Work to complete. In the entries that follow, the line with "#21=ORIENTED_EDGE('',*,*,#20,.T.);" opens the range and the line with "#75=VERTEX_POINT('',#74);" closes it; repeat that range exactly, both lines included.

─── Source data

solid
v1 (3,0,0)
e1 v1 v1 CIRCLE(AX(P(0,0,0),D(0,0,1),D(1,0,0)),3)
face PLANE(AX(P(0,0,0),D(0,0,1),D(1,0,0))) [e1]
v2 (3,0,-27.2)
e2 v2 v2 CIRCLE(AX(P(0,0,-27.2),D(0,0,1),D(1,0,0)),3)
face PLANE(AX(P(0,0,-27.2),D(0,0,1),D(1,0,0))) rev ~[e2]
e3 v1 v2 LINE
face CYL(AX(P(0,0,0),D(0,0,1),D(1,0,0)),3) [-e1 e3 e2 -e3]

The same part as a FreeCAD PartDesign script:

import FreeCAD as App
import Part
import Sketcher

V = App.Vector

doc = App.newDocument("Part")
body = doc.addObject("PartDesign::Body", "Body")

sketch1 = doc.addObject("Sketcher::SketchObject", "Sketch")
body.addObject(sketch1)
sketch1.AttachmentSupport = (doc.XY_Plane, [""])
sketch1.MapMode = "FlatFace"
sketch1.addGeometry(Part.Circle(V(0, 0, 0), V(0, 0, 1), 3), False)
sketch1.addConstraint([
    Sketcher.Constraint("Coincident", 0, 3, -1, 1),
    Sketcher.Constraint("Diameter", 0, 6.0),
])
pad1 = doc.addObject("PartDesign::Pad", "Pad")
body.addObject(pad1)
pad1.Profile = sketch1
pad1.Length = 27.2
pad1.Reversed = True

doc.recompute()
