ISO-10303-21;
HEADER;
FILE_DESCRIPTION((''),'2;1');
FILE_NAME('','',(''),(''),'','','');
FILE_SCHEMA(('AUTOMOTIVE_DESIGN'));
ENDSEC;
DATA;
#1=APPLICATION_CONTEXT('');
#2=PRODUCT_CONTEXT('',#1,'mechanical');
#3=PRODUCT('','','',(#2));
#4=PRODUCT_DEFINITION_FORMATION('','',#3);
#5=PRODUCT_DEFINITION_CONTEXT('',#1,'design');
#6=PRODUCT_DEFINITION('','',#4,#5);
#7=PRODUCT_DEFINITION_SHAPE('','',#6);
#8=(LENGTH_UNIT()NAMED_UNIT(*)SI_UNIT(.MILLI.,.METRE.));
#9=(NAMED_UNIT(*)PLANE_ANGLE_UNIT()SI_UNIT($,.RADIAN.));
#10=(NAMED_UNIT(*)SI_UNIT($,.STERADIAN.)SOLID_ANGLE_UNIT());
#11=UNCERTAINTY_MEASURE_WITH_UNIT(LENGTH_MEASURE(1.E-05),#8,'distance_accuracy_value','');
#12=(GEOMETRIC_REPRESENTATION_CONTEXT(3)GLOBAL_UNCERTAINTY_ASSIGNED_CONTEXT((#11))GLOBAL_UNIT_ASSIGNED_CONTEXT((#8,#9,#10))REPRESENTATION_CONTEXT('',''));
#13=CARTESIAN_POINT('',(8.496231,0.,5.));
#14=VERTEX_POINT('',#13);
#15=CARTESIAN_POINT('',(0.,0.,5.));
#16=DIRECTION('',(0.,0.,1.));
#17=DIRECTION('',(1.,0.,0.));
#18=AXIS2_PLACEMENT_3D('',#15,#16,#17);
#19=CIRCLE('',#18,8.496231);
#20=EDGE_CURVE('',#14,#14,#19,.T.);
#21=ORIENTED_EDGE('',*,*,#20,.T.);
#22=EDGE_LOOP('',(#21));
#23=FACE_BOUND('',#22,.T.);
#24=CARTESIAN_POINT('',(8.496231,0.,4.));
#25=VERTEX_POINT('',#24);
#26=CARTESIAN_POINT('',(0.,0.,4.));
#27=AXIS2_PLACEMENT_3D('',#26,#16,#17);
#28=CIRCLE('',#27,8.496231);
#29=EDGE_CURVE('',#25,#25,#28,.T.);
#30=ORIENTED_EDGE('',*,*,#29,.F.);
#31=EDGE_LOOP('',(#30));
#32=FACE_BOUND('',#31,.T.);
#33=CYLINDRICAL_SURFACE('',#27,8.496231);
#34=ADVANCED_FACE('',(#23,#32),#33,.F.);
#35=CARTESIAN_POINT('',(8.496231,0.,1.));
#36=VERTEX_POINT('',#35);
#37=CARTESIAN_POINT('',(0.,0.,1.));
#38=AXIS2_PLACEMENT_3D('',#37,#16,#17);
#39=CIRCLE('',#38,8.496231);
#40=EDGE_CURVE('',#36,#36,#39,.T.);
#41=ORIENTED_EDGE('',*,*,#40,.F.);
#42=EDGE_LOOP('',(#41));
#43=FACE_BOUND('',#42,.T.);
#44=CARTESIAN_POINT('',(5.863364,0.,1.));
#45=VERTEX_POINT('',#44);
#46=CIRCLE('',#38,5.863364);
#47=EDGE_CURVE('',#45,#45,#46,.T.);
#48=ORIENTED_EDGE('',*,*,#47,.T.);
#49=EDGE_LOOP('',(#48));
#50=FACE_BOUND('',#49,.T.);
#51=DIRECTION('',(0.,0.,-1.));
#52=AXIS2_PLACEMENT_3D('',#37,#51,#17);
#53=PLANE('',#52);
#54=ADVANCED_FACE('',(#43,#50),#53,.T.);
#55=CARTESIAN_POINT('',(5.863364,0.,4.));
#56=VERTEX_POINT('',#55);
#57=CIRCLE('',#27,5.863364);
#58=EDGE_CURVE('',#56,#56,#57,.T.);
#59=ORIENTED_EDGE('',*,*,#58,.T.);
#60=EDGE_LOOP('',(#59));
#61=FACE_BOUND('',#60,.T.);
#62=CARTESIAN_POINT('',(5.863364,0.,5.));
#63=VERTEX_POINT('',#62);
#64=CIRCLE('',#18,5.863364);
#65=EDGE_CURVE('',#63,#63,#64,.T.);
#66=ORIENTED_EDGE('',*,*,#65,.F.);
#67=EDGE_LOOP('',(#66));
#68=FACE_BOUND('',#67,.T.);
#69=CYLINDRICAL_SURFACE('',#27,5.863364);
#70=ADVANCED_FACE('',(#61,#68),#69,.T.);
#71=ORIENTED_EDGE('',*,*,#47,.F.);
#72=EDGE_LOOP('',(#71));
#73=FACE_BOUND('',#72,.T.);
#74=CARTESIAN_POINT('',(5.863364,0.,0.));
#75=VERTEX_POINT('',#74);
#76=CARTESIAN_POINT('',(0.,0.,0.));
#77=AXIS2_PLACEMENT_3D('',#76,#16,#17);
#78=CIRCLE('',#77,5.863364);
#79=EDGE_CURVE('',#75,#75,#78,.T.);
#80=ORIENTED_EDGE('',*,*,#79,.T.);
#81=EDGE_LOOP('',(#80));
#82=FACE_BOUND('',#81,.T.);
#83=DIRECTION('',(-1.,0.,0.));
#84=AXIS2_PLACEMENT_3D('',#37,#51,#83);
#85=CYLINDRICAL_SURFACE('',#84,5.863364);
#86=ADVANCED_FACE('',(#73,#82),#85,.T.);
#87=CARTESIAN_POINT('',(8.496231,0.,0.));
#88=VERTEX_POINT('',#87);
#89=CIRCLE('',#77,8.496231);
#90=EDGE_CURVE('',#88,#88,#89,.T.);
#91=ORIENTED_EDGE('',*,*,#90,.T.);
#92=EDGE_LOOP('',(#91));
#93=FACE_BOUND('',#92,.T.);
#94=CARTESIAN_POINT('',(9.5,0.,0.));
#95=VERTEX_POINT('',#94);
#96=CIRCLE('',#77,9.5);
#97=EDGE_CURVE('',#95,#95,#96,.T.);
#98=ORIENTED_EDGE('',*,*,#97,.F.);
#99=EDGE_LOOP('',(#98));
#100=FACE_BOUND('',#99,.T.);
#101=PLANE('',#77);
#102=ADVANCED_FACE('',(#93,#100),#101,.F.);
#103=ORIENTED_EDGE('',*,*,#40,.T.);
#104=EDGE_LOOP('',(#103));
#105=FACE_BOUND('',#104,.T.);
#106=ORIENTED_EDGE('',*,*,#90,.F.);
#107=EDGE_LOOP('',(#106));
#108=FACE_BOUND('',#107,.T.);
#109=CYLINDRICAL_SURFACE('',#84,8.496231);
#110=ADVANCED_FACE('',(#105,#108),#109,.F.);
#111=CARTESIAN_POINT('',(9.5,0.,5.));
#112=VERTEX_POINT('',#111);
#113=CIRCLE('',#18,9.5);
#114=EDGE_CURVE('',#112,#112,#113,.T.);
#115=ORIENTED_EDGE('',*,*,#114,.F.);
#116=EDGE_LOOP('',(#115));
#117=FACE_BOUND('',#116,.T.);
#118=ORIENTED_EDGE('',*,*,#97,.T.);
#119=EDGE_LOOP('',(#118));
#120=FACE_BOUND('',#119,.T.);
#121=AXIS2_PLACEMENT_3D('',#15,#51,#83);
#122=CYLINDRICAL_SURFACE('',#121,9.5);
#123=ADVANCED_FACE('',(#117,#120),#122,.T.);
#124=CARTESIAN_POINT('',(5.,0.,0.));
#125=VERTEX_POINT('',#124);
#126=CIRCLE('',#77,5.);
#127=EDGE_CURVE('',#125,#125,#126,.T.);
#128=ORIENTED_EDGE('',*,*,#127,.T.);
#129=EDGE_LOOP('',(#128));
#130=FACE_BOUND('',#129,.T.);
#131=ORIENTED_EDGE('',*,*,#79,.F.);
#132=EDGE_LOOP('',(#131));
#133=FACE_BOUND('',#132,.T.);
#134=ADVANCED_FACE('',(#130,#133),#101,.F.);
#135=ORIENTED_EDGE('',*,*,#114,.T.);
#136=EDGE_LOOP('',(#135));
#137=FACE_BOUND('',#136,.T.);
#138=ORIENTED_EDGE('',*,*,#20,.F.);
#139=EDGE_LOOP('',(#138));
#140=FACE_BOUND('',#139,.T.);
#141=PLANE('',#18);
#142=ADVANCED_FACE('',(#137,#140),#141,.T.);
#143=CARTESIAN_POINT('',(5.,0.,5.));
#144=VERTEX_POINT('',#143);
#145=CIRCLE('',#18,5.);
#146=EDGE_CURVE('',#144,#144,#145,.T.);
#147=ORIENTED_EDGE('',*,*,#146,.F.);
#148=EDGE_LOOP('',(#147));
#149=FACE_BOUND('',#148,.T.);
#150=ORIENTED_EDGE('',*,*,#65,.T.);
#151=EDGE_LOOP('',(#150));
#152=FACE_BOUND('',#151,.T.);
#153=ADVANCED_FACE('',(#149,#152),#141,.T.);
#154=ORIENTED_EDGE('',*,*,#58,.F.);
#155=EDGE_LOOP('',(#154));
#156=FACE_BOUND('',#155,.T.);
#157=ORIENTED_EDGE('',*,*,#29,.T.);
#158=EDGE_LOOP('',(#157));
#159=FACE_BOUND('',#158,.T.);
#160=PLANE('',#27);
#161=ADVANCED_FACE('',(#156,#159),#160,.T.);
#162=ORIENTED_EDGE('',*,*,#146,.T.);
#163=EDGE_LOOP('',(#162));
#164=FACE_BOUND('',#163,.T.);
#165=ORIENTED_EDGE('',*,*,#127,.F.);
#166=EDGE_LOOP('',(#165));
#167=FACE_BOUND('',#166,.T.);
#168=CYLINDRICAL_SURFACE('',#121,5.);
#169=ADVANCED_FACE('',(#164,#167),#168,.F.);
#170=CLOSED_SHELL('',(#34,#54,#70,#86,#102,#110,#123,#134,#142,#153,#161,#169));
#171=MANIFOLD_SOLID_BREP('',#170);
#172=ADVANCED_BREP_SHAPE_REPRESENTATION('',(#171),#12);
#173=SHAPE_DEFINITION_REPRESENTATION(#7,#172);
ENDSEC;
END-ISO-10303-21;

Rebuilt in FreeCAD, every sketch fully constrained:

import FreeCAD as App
import Part
import Sketcher
Q = App.Units.Quantity

doc = App.newDocument("Part")
params = doc.addObject("Spreadsheet::Sheet", "Params")
for row, (alias, value) in enumerate([
    ("sketch1_diameter", "19 mm"),
    ("sketch1_diameter2", "10 mm"),
    ("pad1_length", "5 mm"),
    ("pocket1_length", "1 mm"),
], start=1):
    params.set(f"A{row}", alias)
    params.set(f"B{row}", "=" + value)
    params.setAlias(f"B{row}", alias)

body = doc.addObject("PartDesign::Body", "Body")

sketch1 = body.newObject("Sketcher::SketchObject", "Sketch")
sketch1.AttachmentSupport = (doc.getObject("XY_Plane"), [""])
sketch1.MapMode = "FlatFace"
sketch1.addGeometry([
    Part.Circle(App.Vector(0, 0, 0), App.Vector(0, 0, 1), 10),
    Part.Circle(App.Vector(0, 0, 0), App.Vector(0, 0, 1), 5),
], False)
sketch1.addConstraint([
    Sketcher.Constraint("Coincident", 0, 3, -1, 1),
    Sketcher.Constraint("Coincident", 1, 3, -1, 1),
    Sketcher.Constraint("Diameter", 0, Q("19 mm")),
    Sketcher.Constraint("Diameter", 1, Q("10 mm")),
])
sketch1.setExpression("Constraints[2]", "Params.sketch1_diameter")
sketch1.setExpression("Constraints[3]", "Params.sketch1_diameter2")
pad1 = body.newObject("PartDesign::Pad", "Pad")
pad1.Profile = sketch1
pad1.setExpression("Length", "Params.pad1_length")

sketch2 = body.newObject("Sketcher::SketchObject", "Sketch001")
sketch2.AttachmentSupport = (doc.getObject("XY_Plane"), [""])
sketch2.MapMode = "FlatFace"
sketch2.AttachmentOffset = App.Placement(App.Vector(0, 0, 5), App.Rotation())
sketch2.addGeometry([
    Part.Circle(App.Vector(0, 0, 0), App.Vector(0, 0, 1), 8),
    Part.Circle(App.Vector(0, 0, 0), App.Vector(0, 0, 1), 6),
], False)
sketch2.addConstraint([
    Sketcher.Constraint("Coincident", 0, 3, -1, 1),
    Sketcher.Constraint("Coincident", 1, 3, -1, 1),
    Sketcher.Constraint("Diameter", 0, Q("16.992462 mm")),
    Sketcher.Constraint("Diameter", 1, Q("11.726728 mm")),
])
pocket1 = body.newObject("PartDesign::Pocket", "Pocket")
pocket1.Profile = sketch2
pocket1.setExpression("Length", "Params.pocket1_length")
doc.recompute()

datumplane = body.newObject("PartDesign::Plane", "DatumPlane")
datumplane.AttachmentSupport = (doc.getObject("XY_Plane"), [""])
datumplane.MapMode = "FlatFace"
datumplane.AttachmentOffset = App.Placement(App.Vector(0, 0, 2.5), App.Rotation())
mirrored = body.newObject("PartDesign::Mirrored", "Mirrored")
mirrored.Originals = [pocket1]
mirrored.MirrorPlane = (datumplane, [""])
body.Tip = mirrored

doc.recompute()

──────

Task answer.
#21=ORIENTED_EDGE('',*,*,#20,.T.);
#22=EDGE_LOOP('',(#21));
#23=FACE_BOUND('',#22,.T.);
#24=CARTESIAN_POINT('',(8.496231,0.,4.));
#25=VERTEX_POINT('',#24);
#26=CARTESIAN_POINT('',(0.,0.,4.));
#27=AXIS2_PLACEMENT_3D('',#26,#16,#17);
#28=CIRCLE('',#27,8.496231);
#29=EDGE_CURVE('',#25,#25,#28,.T.);
#30=ORIENTED_EDGE('',*,*,#29,.F.);
#31=EDGE_LOOP('',(#30));
#32=FACE_BOUND('',#31,.T.);
#33=CYLINDRICAL_SURFACE('',#27,8.496231);
#34=ADVANCED_FACE('',(#23,#32),#33,.F.);
#35=CARTESIAN_POINT('',(8.496231,0.,1.));
#36=VERTEX_POINT('',#35);
#37=CARTESIAN_POINT('',(0.,0.,1.));
#38=AXIS2_PLACEMENT_3D('',#37,#16,#17);
#39=CIRCLE('',#38,8.496231);
#40=EDGE_CURVE('',#36,#36,#39,.T.);
#41=ORIENTED_EDGE('',*,*,#40,.F.);
#42=EDGE_LOOP('',(#41));
#43=FACE_BOUND('',#42,.T.);
#44=CARTESIAN_POINT('',(5.863364,0.,1.));
#45=VERTEX_POINT('',#44);
#46=CIRCLE('',#38,5.863364);
#47=EDGE_CURVE('',#45,#45,#46,.T.);
#48=ORIENTED_EDGE('',*,*,#47,.T.);
#49=EDGE_LOOP('',(#48));
#50=FACE_BOUND('',#49,.T.);
#51=DIRECTION('',(0.,0.,-1.));
#52=AXIS2_PLACEMENT_3D('',#37,#51,#17);
#53=PLANE('',#52);
#54=ADVANCED_FACE('',(#43,#50),#53,.T.);
#55=CARTESIAN_POINT('',(5.863364,0.,4.));
#56=VERTEX_POINT('',#55);
#57=CIRCLE('',#27,5.863364);
#58=EDGE_CURVE('',#56,#56,#57,.T.);
#59=ORIENTED_EDGE('',*,*,#58,.T.);
#60=EDGE_LOOP('',(#59));
#61=FACE_BOUND('',#60,.T.);
#62=CARTESIAN_POINT('',(5.863364,0.,5.));
#63=VERTEX_POINT('',#62);
#64=CIRCLE('',#18,5.863364);
#65=EDGE_CURVE('',#63,#63,#64,.T.);
#66=ORIENTED_EDGE('',*,*,#65,.F.);
#67=EDGE_LOOP('',(#66));
#68=FACE_BOUND('',#67,.T.);
#69=CYLINDRICAL_SURFACE('',#27,5.863364);
#70=ADVANCED_FACE('',(#61,#68),#69,.T.);
#71=ORIENTED_EDGE('',*,*,#47,.F.);
#72=EDGE_LOOP('',(#71));
#73=FACE_BOUND('',#72,.T.);
#74=CARTESIAN_POINT('',(5.863364,0.,0.));
#75=VERTEX_POINT('',#74);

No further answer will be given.